Exercise material START

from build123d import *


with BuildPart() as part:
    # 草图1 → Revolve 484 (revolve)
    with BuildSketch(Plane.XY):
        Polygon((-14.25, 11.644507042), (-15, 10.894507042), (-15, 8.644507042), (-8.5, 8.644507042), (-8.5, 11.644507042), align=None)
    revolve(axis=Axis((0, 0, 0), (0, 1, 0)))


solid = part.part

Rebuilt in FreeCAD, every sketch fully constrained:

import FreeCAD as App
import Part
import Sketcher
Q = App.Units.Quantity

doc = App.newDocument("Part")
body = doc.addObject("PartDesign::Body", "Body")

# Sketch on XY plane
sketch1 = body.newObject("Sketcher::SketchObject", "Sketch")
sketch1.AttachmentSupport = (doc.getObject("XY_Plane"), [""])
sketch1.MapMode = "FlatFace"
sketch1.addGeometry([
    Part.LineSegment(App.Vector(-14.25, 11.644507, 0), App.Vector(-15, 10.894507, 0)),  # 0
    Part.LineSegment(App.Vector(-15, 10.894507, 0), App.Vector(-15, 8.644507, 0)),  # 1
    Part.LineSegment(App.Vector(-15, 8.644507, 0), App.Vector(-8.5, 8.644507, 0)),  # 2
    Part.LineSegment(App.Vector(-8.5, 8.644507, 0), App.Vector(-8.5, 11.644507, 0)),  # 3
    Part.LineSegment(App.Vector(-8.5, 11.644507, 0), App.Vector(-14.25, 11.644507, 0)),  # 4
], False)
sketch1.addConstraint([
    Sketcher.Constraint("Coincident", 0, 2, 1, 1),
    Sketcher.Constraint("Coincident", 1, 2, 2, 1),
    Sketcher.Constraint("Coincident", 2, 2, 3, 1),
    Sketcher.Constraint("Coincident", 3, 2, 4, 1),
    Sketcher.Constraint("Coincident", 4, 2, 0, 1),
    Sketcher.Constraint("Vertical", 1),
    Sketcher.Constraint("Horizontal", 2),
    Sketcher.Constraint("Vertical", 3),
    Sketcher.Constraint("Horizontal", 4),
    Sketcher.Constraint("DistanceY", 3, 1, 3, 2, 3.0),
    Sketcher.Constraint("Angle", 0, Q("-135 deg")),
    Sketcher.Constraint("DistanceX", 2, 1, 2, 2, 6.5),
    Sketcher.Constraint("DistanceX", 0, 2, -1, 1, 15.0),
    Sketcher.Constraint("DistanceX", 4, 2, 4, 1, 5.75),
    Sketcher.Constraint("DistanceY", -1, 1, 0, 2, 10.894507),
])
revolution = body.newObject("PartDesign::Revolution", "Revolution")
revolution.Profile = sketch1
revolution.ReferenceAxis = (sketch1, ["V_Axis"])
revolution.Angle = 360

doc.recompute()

Exercise material END
Exercise material START

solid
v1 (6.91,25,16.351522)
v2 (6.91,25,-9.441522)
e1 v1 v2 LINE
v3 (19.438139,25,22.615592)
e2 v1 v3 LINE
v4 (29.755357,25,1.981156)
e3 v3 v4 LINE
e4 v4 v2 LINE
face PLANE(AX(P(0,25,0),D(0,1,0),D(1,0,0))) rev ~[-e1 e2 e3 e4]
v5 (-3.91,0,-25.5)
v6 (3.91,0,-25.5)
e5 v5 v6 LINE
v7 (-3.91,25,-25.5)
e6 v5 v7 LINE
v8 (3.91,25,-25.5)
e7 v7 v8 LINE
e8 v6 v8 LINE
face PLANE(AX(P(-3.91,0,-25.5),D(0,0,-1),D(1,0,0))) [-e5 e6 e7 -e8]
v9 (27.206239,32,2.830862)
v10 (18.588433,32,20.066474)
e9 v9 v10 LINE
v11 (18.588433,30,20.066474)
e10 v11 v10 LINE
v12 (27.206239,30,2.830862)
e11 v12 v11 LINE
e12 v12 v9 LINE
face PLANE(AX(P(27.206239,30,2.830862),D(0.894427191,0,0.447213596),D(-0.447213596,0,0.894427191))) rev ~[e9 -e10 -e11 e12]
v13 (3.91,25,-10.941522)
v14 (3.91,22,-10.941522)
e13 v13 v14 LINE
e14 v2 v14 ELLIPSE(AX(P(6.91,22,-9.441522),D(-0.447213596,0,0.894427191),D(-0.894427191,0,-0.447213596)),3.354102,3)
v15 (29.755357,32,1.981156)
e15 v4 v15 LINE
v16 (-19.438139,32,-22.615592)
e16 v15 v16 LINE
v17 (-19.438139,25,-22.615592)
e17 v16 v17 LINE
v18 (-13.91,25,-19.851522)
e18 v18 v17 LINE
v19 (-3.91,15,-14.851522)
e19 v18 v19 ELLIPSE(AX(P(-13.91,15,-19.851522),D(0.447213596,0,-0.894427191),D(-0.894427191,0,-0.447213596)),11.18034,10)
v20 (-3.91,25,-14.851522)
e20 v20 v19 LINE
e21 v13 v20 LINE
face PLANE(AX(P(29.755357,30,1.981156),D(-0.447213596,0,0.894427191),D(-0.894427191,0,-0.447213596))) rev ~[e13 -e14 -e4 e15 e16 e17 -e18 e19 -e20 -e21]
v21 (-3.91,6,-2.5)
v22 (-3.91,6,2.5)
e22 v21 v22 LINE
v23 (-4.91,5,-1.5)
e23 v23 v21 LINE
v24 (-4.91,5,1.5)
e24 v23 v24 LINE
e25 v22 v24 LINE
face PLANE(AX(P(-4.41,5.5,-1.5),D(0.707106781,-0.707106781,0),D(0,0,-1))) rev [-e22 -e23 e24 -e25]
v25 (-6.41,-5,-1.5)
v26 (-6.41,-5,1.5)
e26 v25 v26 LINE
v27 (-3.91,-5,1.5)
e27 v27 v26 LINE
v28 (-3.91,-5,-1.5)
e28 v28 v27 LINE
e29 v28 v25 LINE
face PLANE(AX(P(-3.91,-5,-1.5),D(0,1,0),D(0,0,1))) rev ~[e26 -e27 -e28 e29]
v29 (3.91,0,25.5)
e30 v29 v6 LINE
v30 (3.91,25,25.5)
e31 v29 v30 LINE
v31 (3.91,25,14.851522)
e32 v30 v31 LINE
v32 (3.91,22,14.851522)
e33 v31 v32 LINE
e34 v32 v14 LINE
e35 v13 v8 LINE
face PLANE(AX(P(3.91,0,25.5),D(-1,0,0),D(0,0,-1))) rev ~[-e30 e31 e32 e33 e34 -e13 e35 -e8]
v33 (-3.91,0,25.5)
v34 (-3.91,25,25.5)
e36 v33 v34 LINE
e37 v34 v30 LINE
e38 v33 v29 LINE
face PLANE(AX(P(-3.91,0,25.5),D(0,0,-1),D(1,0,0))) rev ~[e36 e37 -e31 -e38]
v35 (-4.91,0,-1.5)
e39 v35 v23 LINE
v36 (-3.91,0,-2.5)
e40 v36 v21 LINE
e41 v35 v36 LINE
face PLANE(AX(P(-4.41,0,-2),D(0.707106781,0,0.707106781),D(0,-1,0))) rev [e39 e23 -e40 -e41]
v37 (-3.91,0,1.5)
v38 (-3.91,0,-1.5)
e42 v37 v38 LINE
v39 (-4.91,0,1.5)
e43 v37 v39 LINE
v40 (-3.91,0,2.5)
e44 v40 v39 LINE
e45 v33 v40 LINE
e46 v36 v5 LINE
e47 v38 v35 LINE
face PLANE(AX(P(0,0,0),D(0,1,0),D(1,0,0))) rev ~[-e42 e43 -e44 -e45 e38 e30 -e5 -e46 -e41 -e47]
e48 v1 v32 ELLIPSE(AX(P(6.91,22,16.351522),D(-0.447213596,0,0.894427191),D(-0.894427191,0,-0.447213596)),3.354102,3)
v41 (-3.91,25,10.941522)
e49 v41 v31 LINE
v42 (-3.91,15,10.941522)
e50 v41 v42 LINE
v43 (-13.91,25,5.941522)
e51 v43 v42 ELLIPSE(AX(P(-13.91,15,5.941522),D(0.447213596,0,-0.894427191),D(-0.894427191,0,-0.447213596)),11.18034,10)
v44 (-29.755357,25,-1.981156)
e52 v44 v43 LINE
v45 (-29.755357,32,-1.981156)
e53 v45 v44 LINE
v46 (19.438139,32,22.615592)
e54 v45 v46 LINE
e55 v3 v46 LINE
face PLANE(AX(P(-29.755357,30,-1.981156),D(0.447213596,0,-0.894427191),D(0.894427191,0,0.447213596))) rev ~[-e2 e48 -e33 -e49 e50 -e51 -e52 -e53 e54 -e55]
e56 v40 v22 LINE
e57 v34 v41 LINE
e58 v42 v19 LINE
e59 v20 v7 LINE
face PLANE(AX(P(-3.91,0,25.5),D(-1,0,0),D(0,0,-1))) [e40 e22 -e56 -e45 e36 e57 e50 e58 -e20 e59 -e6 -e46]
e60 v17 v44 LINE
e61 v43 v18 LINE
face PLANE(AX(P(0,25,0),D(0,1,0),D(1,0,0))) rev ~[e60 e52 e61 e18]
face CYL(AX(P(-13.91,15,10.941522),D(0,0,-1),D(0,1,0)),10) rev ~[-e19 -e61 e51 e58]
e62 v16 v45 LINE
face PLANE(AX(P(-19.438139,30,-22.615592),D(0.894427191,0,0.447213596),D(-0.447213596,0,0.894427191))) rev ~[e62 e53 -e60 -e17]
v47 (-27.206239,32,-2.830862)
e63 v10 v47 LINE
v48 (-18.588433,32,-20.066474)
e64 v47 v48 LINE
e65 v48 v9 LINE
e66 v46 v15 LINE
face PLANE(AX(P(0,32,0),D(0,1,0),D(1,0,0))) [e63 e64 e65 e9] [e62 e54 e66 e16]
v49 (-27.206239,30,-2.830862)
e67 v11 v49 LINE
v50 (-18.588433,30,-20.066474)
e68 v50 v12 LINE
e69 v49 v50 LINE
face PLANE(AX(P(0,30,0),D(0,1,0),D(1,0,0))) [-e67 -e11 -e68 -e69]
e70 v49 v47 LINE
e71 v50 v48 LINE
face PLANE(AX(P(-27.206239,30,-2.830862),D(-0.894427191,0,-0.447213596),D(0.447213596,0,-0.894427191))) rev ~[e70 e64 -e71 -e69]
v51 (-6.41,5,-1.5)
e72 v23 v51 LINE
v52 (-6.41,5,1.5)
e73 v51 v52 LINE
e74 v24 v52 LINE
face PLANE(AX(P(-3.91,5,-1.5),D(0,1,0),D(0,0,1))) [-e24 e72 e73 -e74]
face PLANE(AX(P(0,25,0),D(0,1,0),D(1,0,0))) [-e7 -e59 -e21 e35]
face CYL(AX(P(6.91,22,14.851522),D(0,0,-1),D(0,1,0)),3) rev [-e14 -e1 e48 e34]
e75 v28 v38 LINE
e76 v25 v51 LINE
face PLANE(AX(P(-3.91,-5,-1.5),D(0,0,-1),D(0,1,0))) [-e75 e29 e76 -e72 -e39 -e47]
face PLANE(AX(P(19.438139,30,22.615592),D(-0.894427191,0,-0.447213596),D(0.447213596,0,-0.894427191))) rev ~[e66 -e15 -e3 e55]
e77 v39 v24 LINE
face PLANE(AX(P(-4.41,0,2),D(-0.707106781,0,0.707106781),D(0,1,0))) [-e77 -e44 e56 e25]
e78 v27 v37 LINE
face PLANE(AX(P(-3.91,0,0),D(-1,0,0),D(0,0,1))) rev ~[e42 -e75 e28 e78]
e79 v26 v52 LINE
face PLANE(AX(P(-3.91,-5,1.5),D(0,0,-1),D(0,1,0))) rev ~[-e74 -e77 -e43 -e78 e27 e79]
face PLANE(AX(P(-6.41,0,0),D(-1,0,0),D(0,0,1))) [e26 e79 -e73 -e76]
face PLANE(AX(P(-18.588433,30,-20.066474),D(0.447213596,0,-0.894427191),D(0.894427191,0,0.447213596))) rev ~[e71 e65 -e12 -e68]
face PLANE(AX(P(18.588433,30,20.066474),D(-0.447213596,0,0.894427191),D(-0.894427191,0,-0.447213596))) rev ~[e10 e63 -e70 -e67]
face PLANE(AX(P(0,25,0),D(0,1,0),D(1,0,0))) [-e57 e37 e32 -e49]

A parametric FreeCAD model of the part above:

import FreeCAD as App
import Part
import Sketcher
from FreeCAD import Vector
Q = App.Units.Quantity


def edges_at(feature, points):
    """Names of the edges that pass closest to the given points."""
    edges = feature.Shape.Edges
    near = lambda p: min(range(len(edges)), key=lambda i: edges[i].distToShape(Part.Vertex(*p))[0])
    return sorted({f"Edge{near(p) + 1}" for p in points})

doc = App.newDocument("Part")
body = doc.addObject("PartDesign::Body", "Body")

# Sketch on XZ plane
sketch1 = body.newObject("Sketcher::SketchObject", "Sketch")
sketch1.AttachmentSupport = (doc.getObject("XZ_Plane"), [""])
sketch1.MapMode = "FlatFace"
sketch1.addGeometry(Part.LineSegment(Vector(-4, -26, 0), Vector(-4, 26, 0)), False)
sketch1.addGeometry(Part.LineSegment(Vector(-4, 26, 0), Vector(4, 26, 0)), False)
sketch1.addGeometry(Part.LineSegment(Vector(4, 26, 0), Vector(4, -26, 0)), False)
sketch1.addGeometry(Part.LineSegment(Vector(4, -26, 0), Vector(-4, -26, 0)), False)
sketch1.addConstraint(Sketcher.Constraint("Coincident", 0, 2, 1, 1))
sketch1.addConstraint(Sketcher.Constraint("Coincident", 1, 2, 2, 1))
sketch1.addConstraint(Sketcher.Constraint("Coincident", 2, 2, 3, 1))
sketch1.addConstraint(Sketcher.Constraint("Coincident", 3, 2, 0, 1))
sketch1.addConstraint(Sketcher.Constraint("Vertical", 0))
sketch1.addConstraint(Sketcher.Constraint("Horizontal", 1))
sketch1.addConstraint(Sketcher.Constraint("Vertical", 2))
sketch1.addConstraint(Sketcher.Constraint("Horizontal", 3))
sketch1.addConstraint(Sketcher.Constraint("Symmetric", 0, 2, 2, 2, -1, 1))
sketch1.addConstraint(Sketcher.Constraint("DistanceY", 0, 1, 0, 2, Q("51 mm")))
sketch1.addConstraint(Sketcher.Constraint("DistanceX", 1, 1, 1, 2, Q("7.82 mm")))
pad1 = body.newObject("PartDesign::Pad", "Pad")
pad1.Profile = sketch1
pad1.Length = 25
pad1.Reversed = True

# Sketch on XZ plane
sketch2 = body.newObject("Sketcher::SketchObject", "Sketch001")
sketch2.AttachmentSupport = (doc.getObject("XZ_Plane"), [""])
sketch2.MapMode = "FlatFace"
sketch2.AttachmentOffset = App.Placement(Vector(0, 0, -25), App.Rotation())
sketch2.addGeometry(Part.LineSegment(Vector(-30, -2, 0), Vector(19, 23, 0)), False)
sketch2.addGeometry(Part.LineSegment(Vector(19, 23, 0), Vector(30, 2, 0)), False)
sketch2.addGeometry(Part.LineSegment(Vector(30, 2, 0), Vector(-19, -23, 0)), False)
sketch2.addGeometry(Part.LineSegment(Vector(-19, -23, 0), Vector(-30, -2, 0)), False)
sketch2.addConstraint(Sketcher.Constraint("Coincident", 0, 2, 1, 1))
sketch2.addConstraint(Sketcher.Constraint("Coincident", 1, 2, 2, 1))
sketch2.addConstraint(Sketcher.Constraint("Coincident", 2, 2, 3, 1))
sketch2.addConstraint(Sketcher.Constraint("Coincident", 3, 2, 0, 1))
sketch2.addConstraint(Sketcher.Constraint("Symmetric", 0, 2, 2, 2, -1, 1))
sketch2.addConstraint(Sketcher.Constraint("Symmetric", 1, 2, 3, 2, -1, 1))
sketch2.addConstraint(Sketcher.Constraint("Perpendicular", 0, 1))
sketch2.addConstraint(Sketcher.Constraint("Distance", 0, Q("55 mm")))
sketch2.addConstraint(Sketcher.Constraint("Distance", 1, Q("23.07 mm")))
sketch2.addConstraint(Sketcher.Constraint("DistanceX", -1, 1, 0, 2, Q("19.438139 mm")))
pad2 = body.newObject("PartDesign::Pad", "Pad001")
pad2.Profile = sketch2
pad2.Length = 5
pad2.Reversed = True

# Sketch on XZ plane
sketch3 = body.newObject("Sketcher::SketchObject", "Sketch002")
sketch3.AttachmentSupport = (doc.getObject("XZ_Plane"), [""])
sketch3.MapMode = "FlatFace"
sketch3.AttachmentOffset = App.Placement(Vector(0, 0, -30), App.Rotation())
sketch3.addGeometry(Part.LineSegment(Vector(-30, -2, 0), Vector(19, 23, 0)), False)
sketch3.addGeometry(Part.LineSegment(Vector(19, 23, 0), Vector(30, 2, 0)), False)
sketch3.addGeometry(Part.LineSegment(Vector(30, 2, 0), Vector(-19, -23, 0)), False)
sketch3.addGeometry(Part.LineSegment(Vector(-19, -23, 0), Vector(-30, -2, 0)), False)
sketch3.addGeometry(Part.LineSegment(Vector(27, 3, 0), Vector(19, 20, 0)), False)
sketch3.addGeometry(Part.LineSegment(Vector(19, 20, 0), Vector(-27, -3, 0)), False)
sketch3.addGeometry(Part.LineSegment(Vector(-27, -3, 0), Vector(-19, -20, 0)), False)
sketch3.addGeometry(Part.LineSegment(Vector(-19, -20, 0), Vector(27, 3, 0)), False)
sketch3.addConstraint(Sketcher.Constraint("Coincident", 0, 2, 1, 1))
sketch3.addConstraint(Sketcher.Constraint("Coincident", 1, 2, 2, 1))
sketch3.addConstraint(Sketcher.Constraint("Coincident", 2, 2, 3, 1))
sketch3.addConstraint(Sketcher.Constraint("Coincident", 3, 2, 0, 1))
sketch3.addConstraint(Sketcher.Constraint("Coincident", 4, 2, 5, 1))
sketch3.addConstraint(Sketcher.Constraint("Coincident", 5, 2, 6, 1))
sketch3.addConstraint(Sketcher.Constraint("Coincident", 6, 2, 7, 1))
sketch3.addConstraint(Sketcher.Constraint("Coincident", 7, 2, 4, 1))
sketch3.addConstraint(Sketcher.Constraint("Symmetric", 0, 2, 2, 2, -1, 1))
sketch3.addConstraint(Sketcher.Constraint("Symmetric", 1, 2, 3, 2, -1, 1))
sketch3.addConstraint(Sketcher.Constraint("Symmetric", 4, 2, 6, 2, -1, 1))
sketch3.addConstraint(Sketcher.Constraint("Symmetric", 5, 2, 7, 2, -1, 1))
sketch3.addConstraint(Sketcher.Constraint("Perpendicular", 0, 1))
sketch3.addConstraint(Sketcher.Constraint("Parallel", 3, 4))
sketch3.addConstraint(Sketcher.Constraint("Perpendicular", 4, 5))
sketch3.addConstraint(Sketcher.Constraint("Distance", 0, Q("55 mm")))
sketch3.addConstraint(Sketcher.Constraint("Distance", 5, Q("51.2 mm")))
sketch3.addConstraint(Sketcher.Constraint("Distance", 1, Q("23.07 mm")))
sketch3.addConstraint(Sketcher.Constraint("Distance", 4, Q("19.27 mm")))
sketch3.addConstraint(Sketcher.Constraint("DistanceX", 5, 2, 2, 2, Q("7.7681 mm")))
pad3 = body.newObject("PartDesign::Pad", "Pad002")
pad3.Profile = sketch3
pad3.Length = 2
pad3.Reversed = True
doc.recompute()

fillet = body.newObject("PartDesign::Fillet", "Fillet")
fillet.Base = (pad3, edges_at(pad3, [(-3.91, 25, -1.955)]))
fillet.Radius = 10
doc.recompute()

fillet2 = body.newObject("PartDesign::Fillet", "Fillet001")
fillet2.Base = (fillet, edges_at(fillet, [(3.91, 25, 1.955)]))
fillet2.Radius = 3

Exercise material END

▶ **What is needed**:
Only the lines above from the line containing "face PLANE(AX(P(0,0,0),D(0,1,0),D(1,0,0))) rev" through the line containing "e63 v10 v47 LINE" should be retyped, exactly and with both ends included.

▶ **Solution for this task**:
face PLANE(AX(P(0,0,0),D(0,1,0),D(1,0,0))) rev ~[-e42 e43 -e44 -e45 e38 e30 -e5 -e46 -e41 -e47]
e48 v1 v32 ELLIPSE(AX(P(6.91,22,16.351522),D(-0.447213596,0,0.894427191),D(-0.894427191,0,-0.447213596)),3.354102,3)
v41 (-3.91,25,10.941522)
e49 v41 v31 LINE
v42 (-3.91,15,10.941522)
e50 v41 v42 LINE
v43 (-13.91,25,5.941522)
e51 v43 v42 ELLIPSE(AX(P(-13.91,15,5.941522),D(0.447213596,0,-0.894427191),D(-0.894427191,0,-0.447213596)),11.18034,10)
v44 (-29.755357,25,-1.981156)
e52 v44 v43 LINE
v45 (-29.755357,32,-1.981156)
e53 v45 v44 LINE
v46 (19.438139,32,22.615592)
e54 v45 v46 LINE
e55 v3 v46 LINE
face PLANE(AX(P(-29.755357,30,-1.981156),D(0.447213596,0,-0.894427191),D(0.894427191,0,0.447213596))) rev ~[-e2 e48 -e33 -e49 e50 -e51 -e52 -e53 e54 -e55]
e56 v40 v22 LINE
e57 v34 v41 LINE
e58 v42 v19 LINE
e59 v20 v7 LINE
face PLANE(AX(P(-3.91,0,25.5),D(-1,0,0),D(0,0,-1))) [e40 e22 -e56 -e45 e36 e57 e50 e58 -e20 e59 -e6 -e46]
e60 v17 v44 LINE
e61 v43 v18 LINE
face PLANE(AX(P(0,25,0),D(0,1,0),D(1,0,0))) rev ~[e60 e52 e61 e18]
face CYL(AX(P(-13.91,15,10.941522),D(0,0,-1),D(0,1,0)),10) rev ~[-e19 -e61 e51 e58]
e62 v16 v45 LINE
face PLANE(AX(P(-19.438139,30,-22.615592),D(0.894427191,0,0.447213596),D(-0.447213596,0,0.894427191))) rev ~[e62 e53 -e60 -e17]
v47 (-27.206239,32,-2.830862)
e63 v10 v47 LINE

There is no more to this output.